Get Landscape height in material applied to a static mesh

Ground texture is a demo megascans one.

Not being a CryEngine user, I was initially pointed to this technique, demonstrated in a video, by ZeroNight.

Whatever you call it, in the essence, it is just alpha blended terrain. Not sure how it is done in CryEngine, but in UE4 my workflow was as follows:

  • Run early depth pass for terrain conventionally.
  • For base pass of terrain, ensure that terrain is the last thing to be rendered in base pass from solid and masked objects
  • switch depth test to always
  • configure blend state to use source alpha
  • offset the terrain closer to the camera by amount, equal to maximum soft depth test rage plus small bias
  • calculate final alpha as a typical depth fade, multiplied by manual depth test, biased by a range of soft depth blend.

That is only doable after quite a few modifications to the engine though.
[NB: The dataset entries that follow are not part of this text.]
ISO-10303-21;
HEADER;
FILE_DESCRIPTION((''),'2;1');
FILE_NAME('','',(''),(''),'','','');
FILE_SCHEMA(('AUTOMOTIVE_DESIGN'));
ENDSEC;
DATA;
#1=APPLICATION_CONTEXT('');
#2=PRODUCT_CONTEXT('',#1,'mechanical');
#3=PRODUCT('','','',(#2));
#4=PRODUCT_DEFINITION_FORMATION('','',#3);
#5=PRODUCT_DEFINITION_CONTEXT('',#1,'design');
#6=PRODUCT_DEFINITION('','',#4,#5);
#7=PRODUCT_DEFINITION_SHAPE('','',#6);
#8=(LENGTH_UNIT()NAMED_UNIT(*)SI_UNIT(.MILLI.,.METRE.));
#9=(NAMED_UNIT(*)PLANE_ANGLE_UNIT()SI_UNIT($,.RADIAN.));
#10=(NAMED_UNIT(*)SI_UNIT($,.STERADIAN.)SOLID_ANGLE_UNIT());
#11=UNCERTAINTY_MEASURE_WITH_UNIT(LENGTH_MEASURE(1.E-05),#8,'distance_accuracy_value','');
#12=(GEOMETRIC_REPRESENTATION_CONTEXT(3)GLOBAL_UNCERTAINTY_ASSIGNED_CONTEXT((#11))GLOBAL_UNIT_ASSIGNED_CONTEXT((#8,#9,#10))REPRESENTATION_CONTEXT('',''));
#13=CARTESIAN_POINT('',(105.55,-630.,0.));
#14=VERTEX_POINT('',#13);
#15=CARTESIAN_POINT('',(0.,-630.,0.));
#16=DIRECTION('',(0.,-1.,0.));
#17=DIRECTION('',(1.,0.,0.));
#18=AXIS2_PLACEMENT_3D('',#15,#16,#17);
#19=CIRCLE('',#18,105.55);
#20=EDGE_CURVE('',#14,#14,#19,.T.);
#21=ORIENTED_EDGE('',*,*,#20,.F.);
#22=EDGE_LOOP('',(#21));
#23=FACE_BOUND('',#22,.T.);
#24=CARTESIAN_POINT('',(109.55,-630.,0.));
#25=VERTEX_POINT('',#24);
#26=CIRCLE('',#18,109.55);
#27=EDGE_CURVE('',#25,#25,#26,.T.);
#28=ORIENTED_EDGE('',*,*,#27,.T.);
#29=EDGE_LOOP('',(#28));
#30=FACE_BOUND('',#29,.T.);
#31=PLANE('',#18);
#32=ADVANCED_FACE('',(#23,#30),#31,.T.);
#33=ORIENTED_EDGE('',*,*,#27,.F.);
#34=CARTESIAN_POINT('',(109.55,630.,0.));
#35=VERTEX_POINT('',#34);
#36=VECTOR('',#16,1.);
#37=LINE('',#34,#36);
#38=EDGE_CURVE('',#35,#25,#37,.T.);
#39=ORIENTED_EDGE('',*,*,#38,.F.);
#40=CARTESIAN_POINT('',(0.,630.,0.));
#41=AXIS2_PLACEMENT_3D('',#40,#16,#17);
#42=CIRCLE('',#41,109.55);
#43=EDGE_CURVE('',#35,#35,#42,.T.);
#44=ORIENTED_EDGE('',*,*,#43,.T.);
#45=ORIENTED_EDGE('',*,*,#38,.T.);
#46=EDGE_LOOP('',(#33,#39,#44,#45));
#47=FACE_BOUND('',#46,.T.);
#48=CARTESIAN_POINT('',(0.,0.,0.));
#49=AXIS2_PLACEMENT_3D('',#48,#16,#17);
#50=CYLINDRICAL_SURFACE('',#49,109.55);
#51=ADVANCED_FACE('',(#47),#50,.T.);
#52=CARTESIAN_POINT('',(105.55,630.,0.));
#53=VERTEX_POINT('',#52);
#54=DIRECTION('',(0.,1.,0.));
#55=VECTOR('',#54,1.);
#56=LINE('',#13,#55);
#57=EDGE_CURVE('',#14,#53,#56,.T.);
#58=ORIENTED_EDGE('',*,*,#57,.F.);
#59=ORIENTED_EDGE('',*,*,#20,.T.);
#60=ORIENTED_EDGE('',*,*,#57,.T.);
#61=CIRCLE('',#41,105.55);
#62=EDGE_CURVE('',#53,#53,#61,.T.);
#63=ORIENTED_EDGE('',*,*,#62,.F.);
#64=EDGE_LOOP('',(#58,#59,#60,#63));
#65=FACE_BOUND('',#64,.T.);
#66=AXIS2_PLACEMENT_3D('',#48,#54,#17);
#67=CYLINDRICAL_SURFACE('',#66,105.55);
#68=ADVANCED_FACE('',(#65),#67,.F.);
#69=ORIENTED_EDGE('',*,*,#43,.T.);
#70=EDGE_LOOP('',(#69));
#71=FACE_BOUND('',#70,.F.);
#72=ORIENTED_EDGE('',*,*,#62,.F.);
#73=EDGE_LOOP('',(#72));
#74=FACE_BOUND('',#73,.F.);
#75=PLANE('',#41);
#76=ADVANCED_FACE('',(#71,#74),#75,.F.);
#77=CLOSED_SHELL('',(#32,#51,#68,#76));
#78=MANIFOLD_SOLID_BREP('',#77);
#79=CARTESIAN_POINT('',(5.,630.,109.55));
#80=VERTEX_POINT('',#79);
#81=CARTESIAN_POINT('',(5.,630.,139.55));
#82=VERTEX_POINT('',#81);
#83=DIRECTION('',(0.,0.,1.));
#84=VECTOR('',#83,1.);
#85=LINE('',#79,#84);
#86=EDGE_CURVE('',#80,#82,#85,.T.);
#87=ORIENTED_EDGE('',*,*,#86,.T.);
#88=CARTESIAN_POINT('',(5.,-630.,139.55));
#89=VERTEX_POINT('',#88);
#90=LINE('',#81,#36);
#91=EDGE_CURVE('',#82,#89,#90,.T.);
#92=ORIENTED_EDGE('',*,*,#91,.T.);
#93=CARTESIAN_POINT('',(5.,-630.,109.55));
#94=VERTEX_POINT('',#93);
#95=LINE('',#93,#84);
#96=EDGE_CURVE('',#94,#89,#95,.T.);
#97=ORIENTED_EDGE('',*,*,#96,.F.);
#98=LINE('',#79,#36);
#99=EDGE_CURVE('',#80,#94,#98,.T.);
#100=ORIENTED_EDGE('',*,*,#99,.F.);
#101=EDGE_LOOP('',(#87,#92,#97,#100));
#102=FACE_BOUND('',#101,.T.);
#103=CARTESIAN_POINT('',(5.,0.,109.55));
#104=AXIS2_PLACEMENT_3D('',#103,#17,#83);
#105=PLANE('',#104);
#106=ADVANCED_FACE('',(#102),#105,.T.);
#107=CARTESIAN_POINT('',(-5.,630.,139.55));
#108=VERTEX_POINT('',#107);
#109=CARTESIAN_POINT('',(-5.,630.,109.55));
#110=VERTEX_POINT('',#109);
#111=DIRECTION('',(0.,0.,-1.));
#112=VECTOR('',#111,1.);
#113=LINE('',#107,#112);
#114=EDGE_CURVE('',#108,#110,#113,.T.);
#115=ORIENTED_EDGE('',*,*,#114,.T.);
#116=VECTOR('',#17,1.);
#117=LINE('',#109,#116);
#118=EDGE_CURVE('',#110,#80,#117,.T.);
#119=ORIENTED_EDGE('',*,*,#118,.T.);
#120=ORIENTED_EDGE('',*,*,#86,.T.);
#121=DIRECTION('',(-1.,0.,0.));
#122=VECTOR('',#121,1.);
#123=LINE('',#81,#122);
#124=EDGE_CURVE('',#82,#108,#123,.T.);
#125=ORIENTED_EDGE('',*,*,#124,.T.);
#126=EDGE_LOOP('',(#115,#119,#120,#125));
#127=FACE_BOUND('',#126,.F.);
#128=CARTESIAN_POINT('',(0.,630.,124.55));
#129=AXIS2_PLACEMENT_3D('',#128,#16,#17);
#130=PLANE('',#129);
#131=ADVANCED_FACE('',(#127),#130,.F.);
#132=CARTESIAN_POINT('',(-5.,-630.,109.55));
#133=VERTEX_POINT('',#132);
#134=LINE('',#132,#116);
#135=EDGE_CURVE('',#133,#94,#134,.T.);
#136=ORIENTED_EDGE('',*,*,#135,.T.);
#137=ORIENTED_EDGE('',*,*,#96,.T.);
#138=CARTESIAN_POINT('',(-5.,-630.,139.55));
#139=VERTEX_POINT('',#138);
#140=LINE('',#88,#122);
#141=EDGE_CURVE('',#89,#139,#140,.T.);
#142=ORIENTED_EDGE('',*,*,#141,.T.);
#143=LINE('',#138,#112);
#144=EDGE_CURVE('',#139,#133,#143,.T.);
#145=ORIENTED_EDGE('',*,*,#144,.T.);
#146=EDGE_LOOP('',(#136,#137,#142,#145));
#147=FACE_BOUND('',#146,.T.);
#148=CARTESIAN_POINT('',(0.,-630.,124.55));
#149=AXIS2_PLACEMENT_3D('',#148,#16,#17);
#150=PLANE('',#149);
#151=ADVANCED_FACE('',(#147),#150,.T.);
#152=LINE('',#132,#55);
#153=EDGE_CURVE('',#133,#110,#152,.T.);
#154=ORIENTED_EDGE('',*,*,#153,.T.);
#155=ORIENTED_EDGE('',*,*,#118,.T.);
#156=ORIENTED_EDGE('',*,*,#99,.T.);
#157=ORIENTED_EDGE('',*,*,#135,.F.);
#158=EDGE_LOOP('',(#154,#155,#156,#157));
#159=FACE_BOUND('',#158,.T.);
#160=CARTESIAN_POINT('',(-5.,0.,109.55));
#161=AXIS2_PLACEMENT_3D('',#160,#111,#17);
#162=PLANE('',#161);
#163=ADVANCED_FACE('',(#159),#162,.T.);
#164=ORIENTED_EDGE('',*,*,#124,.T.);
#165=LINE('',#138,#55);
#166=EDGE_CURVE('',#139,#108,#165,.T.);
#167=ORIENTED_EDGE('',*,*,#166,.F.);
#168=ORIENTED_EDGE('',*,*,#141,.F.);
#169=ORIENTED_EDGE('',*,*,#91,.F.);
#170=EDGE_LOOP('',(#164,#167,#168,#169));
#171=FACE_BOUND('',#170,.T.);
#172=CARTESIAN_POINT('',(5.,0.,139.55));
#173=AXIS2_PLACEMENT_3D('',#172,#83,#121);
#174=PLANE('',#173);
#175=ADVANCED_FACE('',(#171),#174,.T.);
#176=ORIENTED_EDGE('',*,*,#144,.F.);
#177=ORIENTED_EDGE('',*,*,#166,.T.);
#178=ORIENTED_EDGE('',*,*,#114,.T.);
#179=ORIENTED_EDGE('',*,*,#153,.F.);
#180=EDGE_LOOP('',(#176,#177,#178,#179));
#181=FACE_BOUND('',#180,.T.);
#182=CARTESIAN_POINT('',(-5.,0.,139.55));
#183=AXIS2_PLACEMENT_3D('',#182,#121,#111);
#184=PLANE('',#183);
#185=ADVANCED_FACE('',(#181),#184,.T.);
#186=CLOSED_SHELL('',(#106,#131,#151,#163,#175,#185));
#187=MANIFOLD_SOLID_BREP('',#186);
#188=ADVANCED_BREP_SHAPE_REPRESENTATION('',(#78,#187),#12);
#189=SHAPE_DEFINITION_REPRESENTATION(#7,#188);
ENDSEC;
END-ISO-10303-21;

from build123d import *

# Parameters (mm, degrees)
F1_R          = 105.55
F2_DEPTH      = 630
F3_DEPTH      = 630
F3_DEPTH_BACK = 630


with BuildPart() as f2:
    # F1 (on Front) → F2 (new body, symmetric)
    with BuildSketch(Plane.XZ):
        with BuildLine():
            ThreePointArc((0, 109.55), (-77.463547879, -77.463547879), (109.55, 0))
            ThreePointArc((109.55, 0), (77.463547879, 77.463547879), (0, 109.55))
        make_face()
        Circle(F1_R, mode=Mode.SUBTRACT)
    extrude(amount=F2_DEPTH, both=True)


with BuildPart() as f3:
    # F1 (on Front) → F3 (new body, two sides)
    with BuildSketch(Plane.XZ) as f3_sk:
        Polygon((-5, 109.55), (0, 109.55), (5, 109.55), (5, 139.55), (-5, 139.55), align=None)
    extrude(amount=F3_DEPTH)
    extrude(f3_sk.sketch, amount=-F3_DEPTH_BACK)


solid = Compound([f2.part, f3.part])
In CE, soft depth test and integrating meshes into terrain are two separate independent things, but latter greatly reinforces the first one.
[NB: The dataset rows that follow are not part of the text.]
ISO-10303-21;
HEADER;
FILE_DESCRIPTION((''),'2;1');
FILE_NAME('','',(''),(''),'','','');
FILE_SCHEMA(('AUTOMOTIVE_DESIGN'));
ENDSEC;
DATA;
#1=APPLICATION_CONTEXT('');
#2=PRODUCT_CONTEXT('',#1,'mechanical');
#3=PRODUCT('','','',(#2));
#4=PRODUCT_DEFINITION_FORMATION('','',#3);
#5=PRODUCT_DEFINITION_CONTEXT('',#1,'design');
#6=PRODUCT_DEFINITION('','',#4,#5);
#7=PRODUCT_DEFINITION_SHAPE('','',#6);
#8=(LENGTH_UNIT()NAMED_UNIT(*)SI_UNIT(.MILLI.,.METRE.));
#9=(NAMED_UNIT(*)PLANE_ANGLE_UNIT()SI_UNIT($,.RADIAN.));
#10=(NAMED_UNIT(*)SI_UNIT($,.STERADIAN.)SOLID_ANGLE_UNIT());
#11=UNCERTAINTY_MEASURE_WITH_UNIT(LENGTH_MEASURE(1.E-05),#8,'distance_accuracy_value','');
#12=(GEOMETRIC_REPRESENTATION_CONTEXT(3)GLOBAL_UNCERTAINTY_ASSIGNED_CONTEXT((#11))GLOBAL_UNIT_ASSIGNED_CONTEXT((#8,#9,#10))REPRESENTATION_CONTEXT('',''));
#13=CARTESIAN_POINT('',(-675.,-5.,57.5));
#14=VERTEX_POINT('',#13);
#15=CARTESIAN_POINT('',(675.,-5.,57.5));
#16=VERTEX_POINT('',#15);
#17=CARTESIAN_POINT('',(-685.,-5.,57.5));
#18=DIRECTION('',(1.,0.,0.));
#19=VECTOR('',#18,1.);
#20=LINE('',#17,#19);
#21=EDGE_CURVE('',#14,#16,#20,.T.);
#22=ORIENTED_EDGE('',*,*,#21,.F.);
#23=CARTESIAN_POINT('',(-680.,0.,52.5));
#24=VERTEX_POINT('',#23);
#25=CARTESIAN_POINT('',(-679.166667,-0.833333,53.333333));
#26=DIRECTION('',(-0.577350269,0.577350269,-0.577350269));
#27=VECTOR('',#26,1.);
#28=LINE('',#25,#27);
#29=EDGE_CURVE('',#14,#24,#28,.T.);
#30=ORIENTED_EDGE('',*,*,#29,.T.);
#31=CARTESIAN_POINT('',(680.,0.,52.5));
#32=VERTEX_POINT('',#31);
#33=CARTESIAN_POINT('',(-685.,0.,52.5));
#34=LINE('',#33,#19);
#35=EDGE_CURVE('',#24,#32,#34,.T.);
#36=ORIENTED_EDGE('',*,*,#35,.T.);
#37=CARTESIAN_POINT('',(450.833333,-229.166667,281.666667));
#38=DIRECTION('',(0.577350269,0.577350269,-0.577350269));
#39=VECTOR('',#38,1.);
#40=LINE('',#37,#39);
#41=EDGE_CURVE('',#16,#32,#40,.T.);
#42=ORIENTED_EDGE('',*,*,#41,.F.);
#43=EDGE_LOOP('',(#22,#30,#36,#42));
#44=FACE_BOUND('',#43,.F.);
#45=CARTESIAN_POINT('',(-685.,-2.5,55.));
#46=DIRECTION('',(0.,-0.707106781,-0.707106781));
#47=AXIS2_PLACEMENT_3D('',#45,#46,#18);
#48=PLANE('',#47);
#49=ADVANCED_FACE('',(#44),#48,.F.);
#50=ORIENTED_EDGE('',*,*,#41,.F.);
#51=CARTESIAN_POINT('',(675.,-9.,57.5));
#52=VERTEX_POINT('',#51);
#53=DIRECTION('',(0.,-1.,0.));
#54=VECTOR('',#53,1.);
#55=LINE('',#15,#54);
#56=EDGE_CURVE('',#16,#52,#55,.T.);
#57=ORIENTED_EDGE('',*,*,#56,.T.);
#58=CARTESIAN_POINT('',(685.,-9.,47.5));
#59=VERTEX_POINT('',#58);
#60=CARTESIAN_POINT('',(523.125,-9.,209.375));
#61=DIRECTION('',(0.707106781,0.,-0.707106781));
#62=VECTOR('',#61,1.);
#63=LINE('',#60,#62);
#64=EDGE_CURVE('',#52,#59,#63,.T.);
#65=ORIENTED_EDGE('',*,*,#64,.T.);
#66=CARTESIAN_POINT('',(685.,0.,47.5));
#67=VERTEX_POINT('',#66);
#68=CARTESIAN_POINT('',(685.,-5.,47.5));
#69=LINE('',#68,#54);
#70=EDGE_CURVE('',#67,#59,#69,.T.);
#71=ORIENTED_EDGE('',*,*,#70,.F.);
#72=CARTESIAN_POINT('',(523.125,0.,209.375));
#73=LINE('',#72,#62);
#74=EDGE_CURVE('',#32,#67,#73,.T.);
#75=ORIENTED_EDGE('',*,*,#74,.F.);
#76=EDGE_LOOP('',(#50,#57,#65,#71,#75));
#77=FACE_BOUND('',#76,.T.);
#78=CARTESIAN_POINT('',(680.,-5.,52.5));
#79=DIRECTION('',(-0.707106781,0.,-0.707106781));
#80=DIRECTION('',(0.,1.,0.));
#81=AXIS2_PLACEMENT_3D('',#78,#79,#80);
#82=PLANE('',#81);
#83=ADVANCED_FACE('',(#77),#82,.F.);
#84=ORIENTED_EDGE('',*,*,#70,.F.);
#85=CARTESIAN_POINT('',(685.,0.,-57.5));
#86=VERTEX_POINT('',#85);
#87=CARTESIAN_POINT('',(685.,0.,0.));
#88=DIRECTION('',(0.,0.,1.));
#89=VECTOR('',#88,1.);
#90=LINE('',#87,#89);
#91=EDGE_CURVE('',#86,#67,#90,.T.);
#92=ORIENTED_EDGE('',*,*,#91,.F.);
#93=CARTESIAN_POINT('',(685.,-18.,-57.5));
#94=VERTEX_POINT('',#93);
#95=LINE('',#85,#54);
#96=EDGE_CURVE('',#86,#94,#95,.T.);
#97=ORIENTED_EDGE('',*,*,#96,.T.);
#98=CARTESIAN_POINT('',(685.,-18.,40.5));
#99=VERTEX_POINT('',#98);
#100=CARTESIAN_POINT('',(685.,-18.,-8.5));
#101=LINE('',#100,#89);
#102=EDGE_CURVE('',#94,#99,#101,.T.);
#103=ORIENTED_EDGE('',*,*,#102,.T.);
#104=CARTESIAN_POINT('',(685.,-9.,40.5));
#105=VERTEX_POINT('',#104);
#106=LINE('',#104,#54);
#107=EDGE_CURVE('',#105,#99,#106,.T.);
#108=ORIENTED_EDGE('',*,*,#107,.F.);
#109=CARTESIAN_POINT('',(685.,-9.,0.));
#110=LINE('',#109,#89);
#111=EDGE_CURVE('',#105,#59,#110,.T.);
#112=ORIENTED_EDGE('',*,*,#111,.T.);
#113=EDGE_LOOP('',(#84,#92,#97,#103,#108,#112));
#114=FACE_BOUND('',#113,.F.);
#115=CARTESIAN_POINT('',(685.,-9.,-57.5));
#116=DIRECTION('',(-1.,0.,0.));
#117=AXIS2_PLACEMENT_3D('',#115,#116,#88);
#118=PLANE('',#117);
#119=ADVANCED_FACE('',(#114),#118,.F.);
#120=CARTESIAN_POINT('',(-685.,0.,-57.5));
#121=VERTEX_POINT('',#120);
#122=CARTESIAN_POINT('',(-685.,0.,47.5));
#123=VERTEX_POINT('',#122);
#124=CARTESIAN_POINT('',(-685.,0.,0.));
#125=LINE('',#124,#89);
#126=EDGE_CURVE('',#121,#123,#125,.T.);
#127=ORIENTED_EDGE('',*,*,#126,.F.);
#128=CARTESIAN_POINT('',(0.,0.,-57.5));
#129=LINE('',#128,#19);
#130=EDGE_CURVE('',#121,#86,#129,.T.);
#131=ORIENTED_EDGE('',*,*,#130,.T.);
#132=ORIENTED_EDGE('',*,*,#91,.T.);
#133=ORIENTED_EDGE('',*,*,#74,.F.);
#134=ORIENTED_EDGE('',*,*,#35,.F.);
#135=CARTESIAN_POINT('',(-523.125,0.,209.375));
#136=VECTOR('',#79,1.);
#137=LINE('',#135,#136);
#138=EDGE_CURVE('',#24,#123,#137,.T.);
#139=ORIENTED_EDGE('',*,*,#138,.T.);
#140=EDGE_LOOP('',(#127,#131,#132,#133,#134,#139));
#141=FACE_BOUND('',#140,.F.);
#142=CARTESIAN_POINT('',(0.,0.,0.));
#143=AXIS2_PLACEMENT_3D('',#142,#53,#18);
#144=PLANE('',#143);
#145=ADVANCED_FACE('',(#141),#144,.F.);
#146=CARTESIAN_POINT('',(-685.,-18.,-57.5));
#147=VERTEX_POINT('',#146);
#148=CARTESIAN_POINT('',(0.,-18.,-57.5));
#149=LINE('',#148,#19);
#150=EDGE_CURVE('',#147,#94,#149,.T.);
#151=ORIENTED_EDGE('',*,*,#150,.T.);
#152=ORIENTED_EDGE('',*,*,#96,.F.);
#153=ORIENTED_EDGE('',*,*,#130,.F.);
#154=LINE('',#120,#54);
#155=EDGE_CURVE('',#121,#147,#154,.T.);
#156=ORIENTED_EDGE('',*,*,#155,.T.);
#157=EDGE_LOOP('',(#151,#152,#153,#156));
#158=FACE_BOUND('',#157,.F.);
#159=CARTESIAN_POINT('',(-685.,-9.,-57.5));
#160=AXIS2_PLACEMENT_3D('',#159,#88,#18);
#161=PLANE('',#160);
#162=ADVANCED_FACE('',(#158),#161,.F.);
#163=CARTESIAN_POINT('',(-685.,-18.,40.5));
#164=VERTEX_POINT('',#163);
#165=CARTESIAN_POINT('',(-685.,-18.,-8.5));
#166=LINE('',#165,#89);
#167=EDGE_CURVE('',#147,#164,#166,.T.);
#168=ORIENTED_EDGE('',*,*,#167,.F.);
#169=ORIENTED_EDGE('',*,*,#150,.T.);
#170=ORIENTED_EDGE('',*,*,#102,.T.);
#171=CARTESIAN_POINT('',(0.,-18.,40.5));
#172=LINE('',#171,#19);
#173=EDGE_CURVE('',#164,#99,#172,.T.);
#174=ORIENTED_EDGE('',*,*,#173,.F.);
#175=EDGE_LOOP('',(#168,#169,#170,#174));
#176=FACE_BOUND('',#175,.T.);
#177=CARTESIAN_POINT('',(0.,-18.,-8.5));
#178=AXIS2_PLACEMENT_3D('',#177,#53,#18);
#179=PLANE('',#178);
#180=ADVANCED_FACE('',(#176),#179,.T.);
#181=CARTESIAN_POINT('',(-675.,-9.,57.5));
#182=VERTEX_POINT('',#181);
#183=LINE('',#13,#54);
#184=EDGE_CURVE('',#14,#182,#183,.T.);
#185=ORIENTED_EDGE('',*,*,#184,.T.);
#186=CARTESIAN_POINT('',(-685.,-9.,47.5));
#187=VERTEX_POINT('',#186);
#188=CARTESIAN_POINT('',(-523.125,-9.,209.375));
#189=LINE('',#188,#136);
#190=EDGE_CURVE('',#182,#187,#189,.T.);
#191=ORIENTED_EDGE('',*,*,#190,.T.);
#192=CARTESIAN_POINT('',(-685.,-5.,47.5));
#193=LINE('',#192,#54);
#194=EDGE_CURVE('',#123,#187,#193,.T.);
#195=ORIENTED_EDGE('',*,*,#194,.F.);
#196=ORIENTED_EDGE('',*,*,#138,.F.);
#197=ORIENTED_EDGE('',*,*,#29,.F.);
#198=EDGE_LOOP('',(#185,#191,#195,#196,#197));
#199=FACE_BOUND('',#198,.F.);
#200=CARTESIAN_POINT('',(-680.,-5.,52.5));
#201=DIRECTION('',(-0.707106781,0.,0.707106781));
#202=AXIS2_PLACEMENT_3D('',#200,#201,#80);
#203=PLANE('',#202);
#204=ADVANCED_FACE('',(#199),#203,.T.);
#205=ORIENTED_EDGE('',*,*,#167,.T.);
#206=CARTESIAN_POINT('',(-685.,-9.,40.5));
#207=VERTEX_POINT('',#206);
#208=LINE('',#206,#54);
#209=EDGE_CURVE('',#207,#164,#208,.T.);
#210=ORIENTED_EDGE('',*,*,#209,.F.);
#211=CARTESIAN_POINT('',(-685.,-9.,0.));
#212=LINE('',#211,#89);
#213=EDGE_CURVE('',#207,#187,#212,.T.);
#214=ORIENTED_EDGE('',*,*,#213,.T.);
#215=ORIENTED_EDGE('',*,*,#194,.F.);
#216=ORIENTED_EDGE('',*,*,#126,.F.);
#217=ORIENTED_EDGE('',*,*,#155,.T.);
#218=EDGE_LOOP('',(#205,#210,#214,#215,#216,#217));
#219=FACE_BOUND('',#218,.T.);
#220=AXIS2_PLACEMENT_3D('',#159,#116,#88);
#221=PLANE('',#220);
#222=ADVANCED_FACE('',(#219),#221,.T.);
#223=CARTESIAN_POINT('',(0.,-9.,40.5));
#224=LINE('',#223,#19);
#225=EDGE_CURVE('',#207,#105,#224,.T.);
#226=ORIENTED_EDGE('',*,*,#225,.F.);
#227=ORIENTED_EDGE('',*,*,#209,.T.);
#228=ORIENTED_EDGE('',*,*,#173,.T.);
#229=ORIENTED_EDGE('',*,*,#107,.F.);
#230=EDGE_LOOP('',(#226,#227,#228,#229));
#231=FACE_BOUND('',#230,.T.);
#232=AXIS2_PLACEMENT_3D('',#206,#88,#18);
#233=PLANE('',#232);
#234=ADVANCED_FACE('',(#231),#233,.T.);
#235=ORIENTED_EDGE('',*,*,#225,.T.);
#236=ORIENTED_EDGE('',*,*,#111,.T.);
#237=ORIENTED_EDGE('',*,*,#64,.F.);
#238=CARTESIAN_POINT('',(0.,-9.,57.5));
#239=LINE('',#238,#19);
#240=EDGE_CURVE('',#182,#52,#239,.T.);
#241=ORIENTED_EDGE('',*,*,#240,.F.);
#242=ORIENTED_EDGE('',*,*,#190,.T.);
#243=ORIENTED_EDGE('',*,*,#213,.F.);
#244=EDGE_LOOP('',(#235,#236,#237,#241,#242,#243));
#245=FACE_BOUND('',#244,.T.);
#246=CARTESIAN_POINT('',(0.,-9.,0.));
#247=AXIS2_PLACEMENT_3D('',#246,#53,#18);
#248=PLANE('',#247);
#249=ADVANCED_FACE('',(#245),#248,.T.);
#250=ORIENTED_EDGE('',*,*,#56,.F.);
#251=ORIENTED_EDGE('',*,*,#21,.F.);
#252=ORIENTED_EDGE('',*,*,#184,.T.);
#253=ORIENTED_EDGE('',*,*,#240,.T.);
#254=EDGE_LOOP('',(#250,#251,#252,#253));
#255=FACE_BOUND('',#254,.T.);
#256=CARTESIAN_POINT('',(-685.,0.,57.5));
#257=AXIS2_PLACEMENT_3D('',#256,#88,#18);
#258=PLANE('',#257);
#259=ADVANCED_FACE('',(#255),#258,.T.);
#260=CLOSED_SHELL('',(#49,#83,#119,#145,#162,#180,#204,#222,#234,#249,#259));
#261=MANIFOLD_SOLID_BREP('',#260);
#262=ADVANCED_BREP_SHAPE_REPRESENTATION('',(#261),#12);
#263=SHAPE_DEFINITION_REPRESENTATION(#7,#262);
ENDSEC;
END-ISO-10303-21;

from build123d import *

# Parameters (mm, degrees)
F0_W     = 1370
F0_H     = 115
F1_DEPTH = 9
F2_W     = 1370
F2_H     = 98
F3_DEPTH = 9
F4_SIZE  = 5
F5_SIZE  = 10
F6_SIZE  = 10


with BuildPart() as f1:
    # F0 (on Front) → F1 (new body)
    with BuildSketch(Plane.XZ):
        Rectangle(F0_W, F0_H)
    extrude(amount=F1_DEPTH)

    # F2 (on face) → F3 (join)
    with BuildSketch(Plane.XZ.offset(9)):
        with Locations((0, -8.5)):
            Rectangle(F2_W, F2_H)
    extrude(amount=F3_DEPTH)

    # F4
    f4_edges = [f1.edges().sort_by_distance(p)[0] for p in [
        (0, 0, 57.5),
    ]]
    chamfer(f4_edges, length=F4_SIZE)

    # F5
    f5_edges = [f1.edges().sort_by_distance(p)[0] for p in [
        (685, -7, 57.5),
    ]]
    chamfer(f5_edges, length=F5_SIZE)

    # F6
    f6_edges = [f1.edges().sort_by_distance(p)[0] for p in [
        (-685, -7, 57.5),
    ]]
    chamfer(f6_edges, length=F6_SIZE)


solid = f1.part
Integrating meshes into terrain allows you to have minimal soft depth test range, while giving you large blend regions.
Without modifying terrain to closely follow the mesh, You would need to ramp up soft depth blend window so high, that you will start seeing a ton of problems, ranging from misplaced shadows to dreaded blurring in the blend region, caused by the fact, that velocities will be calculated using original terrain depth before offset.
And even at soft test range of just few units, you will already feel drift between surfaces being blended, so this is the effect, not suitable for everyone. I personally dislike it.
It is not free in terms of performance either. You are running depth pre-pass, but not getting any benefit from it and paying full overdraw hit from landscape(This is specific to my implementation at least).

Last but not least, You can’t selectively blend things. The terrain will be eating feet of your characters alive >< .

If you can get your mesh to follow terrain quite close(pulling up vertices of tree roots using heightmaps is exactly the case) soft depth test is good.
In other cases, it is next to useless, and decals, suggested by above, are actually a better alternative, as I see it.